But this fat ghoul, Langley, sickened me. This shame of the Builder race, this atavism--this beast--rubbed his fat, impractical hands together with an unG.o.d-like glee. "Excellent," he said. "Far, far better, in fact, than I had hoped." He did not elucidate.

I looked at Jon Rogeson. He shook his head slowly.

"You there--robot!" said Langley, looking at me. "How far across this place?" The word was like a blow. I could not answer.

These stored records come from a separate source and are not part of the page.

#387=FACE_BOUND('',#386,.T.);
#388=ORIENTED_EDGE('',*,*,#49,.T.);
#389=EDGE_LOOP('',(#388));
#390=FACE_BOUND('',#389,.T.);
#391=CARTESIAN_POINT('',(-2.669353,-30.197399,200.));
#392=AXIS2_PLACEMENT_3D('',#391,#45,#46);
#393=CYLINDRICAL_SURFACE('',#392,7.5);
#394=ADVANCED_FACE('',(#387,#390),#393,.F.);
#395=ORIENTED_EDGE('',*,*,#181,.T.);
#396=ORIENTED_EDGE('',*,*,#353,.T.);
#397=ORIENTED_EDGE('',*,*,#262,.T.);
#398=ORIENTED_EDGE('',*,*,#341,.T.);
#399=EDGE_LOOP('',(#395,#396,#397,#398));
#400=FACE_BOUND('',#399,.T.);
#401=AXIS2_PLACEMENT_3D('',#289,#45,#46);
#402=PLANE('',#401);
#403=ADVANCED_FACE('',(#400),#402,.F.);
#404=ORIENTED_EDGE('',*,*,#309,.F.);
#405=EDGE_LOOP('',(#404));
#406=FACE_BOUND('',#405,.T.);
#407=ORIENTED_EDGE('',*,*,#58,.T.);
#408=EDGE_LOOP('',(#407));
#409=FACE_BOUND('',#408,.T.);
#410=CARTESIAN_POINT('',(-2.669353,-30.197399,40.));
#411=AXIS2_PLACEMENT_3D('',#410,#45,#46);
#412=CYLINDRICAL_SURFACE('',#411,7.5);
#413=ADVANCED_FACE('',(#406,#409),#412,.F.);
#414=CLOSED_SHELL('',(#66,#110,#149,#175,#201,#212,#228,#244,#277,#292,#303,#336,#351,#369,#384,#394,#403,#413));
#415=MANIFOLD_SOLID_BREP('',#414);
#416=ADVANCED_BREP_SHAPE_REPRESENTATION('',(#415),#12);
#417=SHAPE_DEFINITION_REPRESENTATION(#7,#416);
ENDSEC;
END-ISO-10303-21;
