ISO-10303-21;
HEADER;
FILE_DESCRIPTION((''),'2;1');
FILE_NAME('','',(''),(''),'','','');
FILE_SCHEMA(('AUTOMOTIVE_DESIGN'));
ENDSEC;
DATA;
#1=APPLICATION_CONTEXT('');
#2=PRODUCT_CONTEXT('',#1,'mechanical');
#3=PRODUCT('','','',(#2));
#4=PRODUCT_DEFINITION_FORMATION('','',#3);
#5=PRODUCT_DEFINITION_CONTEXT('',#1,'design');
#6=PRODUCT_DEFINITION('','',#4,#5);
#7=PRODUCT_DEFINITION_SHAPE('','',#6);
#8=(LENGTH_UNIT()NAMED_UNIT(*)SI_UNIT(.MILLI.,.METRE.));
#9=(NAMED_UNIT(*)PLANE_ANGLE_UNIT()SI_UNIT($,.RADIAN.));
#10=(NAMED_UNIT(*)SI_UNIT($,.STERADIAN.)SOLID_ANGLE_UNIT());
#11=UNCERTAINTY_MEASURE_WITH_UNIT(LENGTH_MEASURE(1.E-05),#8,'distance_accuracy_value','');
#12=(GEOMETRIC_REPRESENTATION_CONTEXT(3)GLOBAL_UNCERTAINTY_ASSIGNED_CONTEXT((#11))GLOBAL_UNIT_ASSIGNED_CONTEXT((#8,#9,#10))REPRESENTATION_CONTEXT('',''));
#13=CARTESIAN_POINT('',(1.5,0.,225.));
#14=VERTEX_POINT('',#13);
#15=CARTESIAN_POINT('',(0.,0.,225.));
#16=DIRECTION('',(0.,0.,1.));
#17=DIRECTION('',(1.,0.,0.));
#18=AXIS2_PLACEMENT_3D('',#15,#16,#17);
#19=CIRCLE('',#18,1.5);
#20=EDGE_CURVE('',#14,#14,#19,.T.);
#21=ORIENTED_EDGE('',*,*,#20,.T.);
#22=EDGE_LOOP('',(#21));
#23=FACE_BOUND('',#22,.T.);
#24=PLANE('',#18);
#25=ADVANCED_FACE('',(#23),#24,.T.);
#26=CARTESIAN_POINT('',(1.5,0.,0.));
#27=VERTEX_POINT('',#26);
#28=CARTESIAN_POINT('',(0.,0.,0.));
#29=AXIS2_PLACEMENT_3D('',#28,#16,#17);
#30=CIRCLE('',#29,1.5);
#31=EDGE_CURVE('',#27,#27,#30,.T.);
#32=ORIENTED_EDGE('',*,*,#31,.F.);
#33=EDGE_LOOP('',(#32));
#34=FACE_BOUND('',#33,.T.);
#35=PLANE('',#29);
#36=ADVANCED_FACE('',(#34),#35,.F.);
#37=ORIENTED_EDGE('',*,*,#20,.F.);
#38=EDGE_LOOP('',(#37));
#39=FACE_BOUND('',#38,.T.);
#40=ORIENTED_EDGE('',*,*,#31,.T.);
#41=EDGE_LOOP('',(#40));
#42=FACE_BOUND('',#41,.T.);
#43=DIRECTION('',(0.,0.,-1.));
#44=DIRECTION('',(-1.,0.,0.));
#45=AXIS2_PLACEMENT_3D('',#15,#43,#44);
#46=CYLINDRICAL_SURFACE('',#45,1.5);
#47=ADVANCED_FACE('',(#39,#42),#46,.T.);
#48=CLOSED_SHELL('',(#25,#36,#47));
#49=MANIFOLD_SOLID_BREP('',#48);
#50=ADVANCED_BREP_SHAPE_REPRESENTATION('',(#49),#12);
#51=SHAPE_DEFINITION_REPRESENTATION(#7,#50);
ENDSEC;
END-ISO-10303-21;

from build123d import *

# Parameters (mm, degrees)
SZKIC1_R                    = 1.5
DODANIE_WYCI_GNI_CIE1_DEPTH = 225


with BuildPart() as part:
    # Szkic1 → Dodanie-wyciągnięcie1 (new body)
    with BuildSketch(Plane.XY):
        Circle(SZKIC1_R)
    extrude(amount=DODANIE_WYCI_GNI_CIE1_DEPTH)


solid = part.part
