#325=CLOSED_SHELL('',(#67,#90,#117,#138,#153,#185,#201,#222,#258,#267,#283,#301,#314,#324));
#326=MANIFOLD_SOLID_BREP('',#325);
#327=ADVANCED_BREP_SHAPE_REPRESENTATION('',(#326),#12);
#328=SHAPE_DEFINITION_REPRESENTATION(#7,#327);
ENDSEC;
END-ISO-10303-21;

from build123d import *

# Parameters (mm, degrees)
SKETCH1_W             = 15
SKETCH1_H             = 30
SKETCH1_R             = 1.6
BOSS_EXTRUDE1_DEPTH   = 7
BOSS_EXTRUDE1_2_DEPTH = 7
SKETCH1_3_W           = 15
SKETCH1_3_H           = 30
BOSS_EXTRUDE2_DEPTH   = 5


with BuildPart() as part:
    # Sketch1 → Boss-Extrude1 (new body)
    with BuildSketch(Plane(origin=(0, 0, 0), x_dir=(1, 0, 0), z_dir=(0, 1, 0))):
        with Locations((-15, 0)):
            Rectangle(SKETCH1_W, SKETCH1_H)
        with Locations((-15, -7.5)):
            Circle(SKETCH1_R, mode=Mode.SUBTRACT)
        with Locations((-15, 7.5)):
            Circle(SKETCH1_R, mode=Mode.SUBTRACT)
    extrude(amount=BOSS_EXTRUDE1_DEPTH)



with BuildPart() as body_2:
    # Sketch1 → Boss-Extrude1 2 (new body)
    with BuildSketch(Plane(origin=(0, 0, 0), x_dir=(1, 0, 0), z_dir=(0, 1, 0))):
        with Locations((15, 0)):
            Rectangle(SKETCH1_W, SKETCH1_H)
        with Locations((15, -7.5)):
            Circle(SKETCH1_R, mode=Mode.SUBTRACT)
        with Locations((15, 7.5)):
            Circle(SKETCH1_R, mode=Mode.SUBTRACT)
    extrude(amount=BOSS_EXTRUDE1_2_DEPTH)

MS-33, glistening in the dying light of Mars, strode over to me, clanking heavily up on the black rocks. He seized me with his grapples and shook me until my wiring was in danger of shorting out. "Speak up when you are spoken to, archaic mechanism!" he grated.



I would have struck out at him, but what use except to warp my own aging limbs.

Jon Rogeson came to my rescue. "On Phobos," he explained to Langley, "we don't use that word 'robot.' These folk have been free a long time. They've quite a culture of their own nowadays, and they like to be called 'metal people.' As a return courtesy, they refer to us humans as 'builders.' Just a custom, Senator, but if you want to get along with them--"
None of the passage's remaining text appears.